My wife is gone almost every night and every weekend afternoon.

It is one thing after another. She goes drinking and smoking with friends. 

Here two best friends are now divorcing because they have been unfaithful to their husbands.

Right now, she goes to another friend's house several times a day. This friend has cancer, and has no functional family. I can understand her helping her cancer friend, and I can also understand her wanting to go out with her buddies.
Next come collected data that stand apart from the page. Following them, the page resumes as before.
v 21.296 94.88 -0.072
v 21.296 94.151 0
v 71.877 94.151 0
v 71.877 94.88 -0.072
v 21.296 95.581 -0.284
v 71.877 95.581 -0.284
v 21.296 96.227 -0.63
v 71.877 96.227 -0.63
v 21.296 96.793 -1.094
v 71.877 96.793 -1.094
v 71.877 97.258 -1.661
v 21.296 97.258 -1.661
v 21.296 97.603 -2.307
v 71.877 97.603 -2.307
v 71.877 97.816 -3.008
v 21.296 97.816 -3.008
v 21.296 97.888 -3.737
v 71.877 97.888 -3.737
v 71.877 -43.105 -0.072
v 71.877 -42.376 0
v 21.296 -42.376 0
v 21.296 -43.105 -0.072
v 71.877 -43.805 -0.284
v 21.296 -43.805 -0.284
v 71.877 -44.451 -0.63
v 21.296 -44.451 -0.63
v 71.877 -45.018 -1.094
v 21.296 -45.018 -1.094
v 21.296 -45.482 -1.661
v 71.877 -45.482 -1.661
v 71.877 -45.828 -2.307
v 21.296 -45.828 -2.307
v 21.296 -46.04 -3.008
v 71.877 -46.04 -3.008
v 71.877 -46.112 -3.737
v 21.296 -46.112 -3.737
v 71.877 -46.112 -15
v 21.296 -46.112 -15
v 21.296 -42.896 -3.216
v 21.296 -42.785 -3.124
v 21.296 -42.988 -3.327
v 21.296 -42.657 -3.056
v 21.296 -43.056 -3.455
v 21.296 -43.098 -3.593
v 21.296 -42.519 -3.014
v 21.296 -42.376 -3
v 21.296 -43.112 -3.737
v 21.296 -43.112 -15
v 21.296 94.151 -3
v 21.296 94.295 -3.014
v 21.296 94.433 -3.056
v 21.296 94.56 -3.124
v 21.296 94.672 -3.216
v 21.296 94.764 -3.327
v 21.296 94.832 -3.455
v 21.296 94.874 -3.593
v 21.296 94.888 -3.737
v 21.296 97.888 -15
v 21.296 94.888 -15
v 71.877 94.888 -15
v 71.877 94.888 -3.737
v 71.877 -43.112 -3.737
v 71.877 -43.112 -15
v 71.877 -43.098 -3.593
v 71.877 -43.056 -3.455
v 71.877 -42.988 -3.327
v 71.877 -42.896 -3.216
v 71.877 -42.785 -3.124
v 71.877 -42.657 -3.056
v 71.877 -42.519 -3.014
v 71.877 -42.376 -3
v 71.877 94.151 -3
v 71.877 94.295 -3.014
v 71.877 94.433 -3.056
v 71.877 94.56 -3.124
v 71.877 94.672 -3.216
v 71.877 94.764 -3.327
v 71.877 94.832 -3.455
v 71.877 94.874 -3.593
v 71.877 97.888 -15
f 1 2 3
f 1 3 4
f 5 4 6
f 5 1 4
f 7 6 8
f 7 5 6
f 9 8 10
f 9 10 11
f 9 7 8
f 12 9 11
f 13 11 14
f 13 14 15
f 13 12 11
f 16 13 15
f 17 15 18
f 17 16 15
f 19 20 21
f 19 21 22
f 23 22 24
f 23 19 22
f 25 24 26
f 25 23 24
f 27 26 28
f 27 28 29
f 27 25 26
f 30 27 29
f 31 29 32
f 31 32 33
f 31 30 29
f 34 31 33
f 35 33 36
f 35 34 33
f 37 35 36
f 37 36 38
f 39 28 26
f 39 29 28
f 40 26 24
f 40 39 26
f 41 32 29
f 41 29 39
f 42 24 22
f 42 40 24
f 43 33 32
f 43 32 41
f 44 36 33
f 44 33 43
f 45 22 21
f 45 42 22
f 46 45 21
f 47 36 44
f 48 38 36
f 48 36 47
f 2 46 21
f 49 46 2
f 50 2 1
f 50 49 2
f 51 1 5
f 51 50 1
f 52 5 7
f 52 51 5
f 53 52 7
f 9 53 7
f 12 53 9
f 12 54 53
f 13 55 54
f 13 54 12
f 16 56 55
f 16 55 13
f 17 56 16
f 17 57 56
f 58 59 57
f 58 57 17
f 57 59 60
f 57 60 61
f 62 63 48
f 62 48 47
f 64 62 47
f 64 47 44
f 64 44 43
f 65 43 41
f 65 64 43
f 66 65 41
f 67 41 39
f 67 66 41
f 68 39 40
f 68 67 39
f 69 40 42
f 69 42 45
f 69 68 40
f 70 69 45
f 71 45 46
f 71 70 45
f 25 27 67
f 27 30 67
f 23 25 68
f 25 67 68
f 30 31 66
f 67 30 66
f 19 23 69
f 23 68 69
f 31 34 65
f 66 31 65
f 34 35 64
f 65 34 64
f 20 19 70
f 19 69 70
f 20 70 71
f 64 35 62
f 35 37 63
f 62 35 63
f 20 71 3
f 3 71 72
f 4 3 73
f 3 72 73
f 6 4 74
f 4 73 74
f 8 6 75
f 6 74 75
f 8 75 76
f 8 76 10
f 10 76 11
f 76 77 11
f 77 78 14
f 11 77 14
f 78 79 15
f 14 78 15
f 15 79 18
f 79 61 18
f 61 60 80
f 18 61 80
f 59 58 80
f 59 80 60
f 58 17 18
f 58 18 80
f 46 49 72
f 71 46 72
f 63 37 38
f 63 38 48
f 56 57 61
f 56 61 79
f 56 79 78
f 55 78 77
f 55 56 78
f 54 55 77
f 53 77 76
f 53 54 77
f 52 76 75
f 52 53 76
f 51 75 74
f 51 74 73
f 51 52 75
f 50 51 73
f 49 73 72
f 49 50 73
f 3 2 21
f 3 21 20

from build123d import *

# Parameters (mm, degrees)
SKETCH1_W                    = 50.580870405
SKETCH1_H                    = 144
BASE_FLANGE1_DEPTH           = 3
EDGE_FLANGE1_STRIP_W         = 13.4732
EDGE_FLANGE1_STRIP_H         = 3
EDGE_FLANGE1_STRIP_CUT_DEPTH = 50.580870405
EDGE_FLANGE1_DEPTH           = 50.580870405
EDGE_FLANGE2_STRIP_W         = 13.4732
EDGE_FLANGE2_STRIP_H         = 3
EDGE_FLANGE2_STRIP_CUT_DEPTH = 50.580870405
EDGE_FLANGE2_DEPTH           = 50.580870405


# Sheet-metal steps are written as plain solids
with BuildPart() as part:
    # Sketch1 → Base-Flange1 (new body)
    with BuildSketch(Plane.XY):
        with Locations((46.586592155, 25.88784612)):
            Rectangle(SKETCH1_W, SKETCH1_H)
    extrude(amount=-BASE_FLANGE1_DEPTH)

    # Edge-Flange1 strip (across the edge) → Edge-Flange1 strip cut (cut)
    with BuildSketch(Plane(origin=(71.877027357, -46.11215388, -3), x_dir=(0, 1, 0), z_dir=(-1, 0, 0))):
        with Locations((-3, -1.5)):
            Rectangle(EDGE_FLANGE1_STRIP_W, EDGE_FLANGE1_STRIP_H)
    extrude(amount=EDGE_FLANGE1_STRIP_CUT_DEPTH, mode=Mode.SUBTRACT)

    # Edge-Flange1 section (across the edge) → Edge-Flange1 (add)
    with BuildSketch(Plane(origin=(71.877027357, -46.11215388, -3), x_dir=(0, 1, 0), z_dir=(-1, 0, 0))):
        with BuildLine():
            Line((0, 0.7366), (0, 12))
            Line((0, 12), (3, 12))
            Line((3, 12), (3, 0.7366))
            ThreePointArc((3, 0.7366), (3.215745145, 0.215745145), (3.7366, 0))
            Line((3.7366, 0), (3.7366, -3))
            ThreePointArc((3.7366, -3), (1.094424801, -1.905575199), (0, 0.7366))
        make_face()
    extrude(amount=EDGE_FLANGE1_DEPTH)

    # Edge-Flange2 strip (across the edge) → Edge-Flange2 strip cut (cut)
    with BuildSketch(Plane(origin=(21.296156952, 97.88784612, -3), x_dir=(0, -1, 0), z_dir=(1, 0, 0))):
        with Locations((-3, -1.5)):
            Rectangle(EDGE_FLANGE2_STRIP_W, EDGE_FLANGE2_STRIP_H)
    extrude(amount=EDGE_FLANGE2_STRIP_CUT_DEPTH, mode=Mode.SUBTRACT)

    # Edge-Flange2 section (across the edge) → Edge-Flange2 (add)
    with BuildSketch(Plane(origin=(21.296156952, 97.88784612, -3), x_dir=(0, -1, 0), z_dir=(1, 0, 0))):
        with BuildLine():
            Line((0, 0.7366), (0, 12))
            Line((0, 12), (3, 12))
            Line((3, 12), (3, 0.7366))
            ThreePointArc((3, 0.7366), (3.215745145, 0.215745145), (3.7366, 0))
            Line((3.7366, 0), (3.7366, -3))
            ThreePointArc((3.7366, -3), (1.094424801, -1.905575199), (0, 0.7366))
        make_face()
    extrude(amount=EDGE_FLANGE2_DEPTH)


solid = part.part
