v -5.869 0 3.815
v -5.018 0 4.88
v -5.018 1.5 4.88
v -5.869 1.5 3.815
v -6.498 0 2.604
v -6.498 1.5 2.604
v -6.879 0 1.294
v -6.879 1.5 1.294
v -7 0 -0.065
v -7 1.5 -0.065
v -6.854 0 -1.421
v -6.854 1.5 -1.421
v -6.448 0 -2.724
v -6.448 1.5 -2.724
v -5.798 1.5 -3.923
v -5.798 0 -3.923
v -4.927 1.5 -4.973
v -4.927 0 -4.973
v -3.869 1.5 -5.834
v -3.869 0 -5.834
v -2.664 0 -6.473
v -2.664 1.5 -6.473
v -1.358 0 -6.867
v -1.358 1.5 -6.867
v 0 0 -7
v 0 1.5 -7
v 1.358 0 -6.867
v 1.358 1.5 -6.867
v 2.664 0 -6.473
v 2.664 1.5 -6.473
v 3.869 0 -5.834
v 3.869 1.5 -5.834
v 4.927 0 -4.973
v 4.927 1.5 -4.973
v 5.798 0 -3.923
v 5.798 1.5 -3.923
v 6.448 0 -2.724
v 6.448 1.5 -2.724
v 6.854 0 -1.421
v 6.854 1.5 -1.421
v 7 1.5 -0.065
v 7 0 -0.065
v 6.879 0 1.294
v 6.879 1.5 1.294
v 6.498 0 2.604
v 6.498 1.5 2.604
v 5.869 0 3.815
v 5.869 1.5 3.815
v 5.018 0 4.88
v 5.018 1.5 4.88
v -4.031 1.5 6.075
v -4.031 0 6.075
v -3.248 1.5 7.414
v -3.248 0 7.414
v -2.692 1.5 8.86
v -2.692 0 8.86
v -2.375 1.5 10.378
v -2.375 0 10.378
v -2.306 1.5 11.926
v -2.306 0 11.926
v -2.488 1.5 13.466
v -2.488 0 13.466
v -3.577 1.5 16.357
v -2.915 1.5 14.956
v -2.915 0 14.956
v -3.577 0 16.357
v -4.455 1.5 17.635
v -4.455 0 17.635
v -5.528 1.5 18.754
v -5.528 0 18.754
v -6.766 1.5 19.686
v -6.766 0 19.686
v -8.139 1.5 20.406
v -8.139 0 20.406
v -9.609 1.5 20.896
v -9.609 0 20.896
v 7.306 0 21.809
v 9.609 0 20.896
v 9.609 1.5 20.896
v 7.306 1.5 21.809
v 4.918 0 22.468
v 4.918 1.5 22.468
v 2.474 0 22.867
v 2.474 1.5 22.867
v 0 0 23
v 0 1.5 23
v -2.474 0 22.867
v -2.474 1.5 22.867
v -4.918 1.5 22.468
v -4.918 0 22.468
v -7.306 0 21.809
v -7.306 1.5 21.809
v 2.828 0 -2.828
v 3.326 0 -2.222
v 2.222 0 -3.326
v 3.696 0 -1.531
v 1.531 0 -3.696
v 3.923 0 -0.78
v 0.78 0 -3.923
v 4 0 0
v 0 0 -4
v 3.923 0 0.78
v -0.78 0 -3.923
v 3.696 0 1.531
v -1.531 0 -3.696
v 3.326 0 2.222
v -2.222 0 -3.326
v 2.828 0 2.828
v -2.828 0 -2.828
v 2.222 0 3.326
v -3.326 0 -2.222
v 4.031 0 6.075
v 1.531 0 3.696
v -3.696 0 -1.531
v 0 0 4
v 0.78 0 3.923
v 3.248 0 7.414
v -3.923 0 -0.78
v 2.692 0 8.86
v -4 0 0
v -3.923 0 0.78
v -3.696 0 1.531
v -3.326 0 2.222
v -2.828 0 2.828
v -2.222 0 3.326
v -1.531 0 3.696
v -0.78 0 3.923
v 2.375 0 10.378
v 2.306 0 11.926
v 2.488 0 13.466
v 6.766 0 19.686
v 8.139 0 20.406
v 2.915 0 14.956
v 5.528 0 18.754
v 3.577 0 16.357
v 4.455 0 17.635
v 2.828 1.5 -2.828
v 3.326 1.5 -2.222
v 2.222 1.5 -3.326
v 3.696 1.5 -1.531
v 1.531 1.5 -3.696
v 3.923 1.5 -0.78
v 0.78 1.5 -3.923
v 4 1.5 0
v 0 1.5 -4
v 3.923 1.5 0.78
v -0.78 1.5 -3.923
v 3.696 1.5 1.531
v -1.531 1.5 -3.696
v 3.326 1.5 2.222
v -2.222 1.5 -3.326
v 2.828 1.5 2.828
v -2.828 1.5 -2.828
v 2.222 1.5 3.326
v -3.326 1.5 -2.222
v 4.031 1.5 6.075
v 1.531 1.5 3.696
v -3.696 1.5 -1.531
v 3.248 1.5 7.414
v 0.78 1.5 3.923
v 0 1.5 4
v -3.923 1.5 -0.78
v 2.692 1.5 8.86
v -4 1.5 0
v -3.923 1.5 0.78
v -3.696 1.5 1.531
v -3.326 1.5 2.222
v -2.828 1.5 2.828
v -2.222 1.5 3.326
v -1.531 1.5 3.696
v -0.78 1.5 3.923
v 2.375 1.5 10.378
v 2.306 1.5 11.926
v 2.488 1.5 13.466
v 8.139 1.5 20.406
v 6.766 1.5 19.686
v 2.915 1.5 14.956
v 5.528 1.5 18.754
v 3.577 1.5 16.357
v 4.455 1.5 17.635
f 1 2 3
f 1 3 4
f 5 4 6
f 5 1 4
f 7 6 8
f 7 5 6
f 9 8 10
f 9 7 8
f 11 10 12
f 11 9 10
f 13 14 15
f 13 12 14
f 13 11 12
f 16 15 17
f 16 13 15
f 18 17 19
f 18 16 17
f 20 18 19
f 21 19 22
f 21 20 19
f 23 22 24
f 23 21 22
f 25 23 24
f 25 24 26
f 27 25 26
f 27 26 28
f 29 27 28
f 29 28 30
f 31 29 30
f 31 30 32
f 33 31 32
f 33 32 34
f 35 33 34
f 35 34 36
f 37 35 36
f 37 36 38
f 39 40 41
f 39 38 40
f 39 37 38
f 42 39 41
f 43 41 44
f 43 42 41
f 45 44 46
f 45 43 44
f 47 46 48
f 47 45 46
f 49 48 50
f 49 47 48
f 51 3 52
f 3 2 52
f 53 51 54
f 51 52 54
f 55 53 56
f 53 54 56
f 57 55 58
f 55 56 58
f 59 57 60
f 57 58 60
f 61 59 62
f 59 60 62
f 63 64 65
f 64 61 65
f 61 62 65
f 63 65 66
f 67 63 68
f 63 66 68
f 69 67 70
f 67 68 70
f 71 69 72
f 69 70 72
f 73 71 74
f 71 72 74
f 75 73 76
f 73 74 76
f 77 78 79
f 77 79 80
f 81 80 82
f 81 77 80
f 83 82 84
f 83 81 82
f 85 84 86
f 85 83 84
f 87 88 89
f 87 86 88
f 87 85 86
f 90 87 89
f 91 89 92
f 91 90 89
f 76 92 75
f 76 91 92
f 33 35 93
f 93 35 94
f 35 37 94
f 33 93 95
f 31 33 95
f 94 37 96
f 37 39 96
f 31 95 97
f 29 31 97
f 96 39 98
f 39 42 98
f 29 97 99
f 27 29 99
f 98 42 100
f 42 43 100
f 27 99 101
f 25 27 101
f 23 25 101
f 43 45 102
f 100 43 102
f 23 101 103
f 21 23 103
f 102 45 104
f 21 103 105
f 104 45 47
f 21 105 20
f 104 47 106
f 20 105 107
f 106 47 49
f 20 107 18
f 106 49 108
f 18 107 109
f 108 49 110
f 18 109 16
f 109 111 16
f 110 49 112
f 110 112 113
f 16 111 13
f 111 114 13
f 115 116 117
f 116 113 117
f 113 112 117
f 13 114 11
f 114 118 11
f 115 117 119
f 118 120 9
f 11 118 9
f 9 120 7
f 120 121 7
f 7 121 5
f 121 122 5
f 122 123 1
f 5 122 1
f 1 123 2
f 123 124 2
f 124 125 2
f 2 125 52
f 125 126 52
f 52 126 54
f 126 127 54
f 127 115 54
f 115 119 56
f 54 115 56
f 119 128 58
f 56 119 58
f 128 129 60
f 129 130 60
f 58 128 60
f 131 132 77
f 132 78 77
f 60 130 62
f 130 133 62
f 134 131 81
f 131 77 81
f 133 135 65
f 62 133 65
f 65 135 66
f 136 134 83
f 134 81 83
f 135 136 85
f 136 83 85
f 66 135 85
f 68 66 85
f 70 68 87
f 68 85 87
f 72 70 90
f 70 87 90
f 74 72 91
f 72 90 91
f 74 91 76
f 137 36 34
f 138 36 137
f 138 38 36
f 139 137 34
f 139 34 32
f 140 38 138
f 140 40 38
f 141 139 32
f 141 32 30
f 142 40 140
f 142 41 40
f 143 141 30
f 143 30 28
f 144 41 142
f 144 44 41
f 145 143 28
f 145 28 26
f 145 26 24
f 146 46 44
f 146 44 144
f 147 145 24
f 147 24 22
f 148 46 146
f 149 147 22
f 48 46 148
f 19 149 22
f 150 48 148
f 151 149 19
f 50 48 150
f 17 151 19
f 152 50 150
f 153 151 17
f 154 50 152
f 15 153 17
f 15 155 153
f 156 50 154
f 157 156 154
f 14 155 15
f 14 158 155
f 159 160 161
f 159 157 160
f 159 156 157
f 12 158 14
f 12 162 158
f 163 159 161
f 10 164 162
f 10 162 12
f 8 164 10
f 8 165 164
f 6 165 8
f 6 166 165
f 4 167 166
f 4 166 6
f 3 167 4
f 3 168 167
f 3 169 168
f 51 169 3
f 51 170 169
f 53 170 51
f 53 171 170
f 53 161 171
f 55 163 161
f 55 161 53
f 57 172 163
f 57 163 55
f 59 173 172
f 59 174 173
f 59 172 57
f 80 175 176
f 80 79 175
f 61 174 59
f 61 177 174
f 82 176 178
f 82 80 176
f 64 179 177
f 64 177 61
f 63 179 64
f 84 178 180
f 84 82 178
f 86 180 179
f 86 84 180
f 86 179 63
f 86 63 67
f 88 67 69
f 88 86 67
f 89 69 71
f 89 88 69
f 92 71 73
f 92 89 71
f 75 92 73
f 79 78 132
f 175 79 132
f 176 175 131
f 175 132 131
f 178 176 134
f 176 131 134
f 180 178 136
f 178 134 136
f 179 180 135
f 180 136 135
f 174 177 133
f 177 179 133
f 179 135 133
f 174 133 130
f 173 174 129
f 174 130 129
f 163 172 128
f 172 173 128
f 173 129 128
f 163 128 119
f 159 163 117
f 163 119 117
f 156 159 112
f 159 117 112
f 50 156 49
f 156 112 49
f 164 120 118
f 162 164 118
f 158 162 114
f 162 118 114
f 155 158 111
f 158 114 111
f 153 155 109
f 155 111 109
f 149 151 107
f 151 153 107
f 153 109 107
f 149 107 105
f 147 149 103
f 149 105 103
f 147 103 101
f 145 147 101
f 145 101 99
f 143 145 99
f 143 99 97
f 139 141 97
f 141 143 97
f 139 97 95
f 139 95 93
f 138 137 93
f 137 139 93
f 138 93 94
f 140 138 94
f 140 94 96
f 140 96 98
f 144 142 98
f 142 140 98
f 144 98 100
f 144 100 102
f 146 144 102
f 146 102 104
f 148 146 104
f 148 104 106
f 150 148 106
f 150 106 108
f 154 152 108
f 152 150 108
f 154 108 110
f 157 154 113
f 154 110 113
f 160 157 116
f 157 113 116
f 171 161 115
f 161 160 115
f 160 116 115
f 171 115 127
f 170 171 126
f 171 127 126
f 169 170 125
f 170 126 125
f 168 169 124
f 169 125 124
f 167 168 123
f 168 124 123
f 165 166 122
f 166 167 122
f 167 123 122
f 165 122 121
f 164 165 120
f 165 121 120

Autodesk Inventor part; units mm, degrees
ref_plane "YZ Plane" through (0, 0, 0) normal (1, 0, 0) x (0, 1, 0)
ref_plane "XZ Plane" through (0, 0, 0) normal (0, 1, 0) x (-1, 0, 0)
ref_plane "XY Plane" through (0, 0, 0) normal (0, 0, 1) x (1, 0, 0)
sketch "Sketch1" plane through (0, 0, 0) normal (0, 1, 0) x (-1, 0, 0)
  circle A0 centre (0, 0) radius 4
  arc A1 (-5.0181, 4.8805) -> (5.0181, 4.8805) centre (0, 0) ccw
  arc A2 (9.6094, 20.8964) -> (-9.6094, 20.8964) centre (0, 0) ccw
  arc A3 (-5.0181, 4.8805) -> (-9.6094, 20.8964) centre (-11.9, 11.5737) ccw
  arc A4 (9.6094, 20.8964) -> (5.0181, 4.8805) centre (11.9, 11.5737) ccw
  line L0 (5.0181, 4.8805) -> (-5.0181, 4.8805)
  dimension "d0" = 8
  dimension "d1" = 14
  dimension "d2" = 46
  dimension "d15" = 9.6
  dimension "d17" = 4.6
extrude "Extrusion3" add sketch "Sketch1" along normal blind 1.5
properties part number "crusher_claw"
But I am tired of doing everything on my own. She is a stay at home mom, and we homeschool one of our kids, and she pretty much does nothing. I have to come home from work during the day to help our son with his homework. She does no housework. I do about 90 percent of the laundry, cooking and cleaning. She does almost nothing.

For example, right now the house is cluttered with her scrapbook stuff from her all weekend scrap retreat from last weekend. She brought it in from the car and did not put it up. I really want to take it to the dump. (This is funny: I do all the dishes and laundry. She gripes me for how I do it! So if I put her stuff up, it would cause her to gripe at me.) 

(As an aside, this scrapping weekend was highlighted with her friend sending one of her men (one of many) to my wife's motel room at 2 am because her husband showed up. Long story short, the police were involved.)

I'm irritated, frustrated, angry, and suspicious. She spent all afternoon with her cancer friend yesterday, and has been over there twice today. (Leaving the kids and me to eat and be alone, of course.)

Tonight, I told her that if she needed a cigarette that badly, she could just smoke at home. (She smokes with her cancer friend.) I also told her that if she needed that much help, she should just pack a bag and move.

That, of course made her mad.

Right now, I don't care if I turn into a controlling jerk. I want my wife home. 

That aside, marriage is not bad. I love my wife. Sex is often and great (which actually makes me a bit more suspicious.)

I feel I am caught in a double standard. If a man were acting like my wife, 99% of people would say that "he is cheating on you and has abandoned you. Get a lawyer.)

Is this a normal mid life crisis? What should I do?


----------



## tom67 (Oct 2, 2012)

What you do for now.
Do NOT confront.
Purchase a voice activated recorder and stick it in the car.
You should get an answer within a week whether something funny is going on.
You may want to check the phone records also.


----------



## tom67 (Oct 2, 2012)

Here two best friends are now divorcing because they have been unfaithful to their husbands.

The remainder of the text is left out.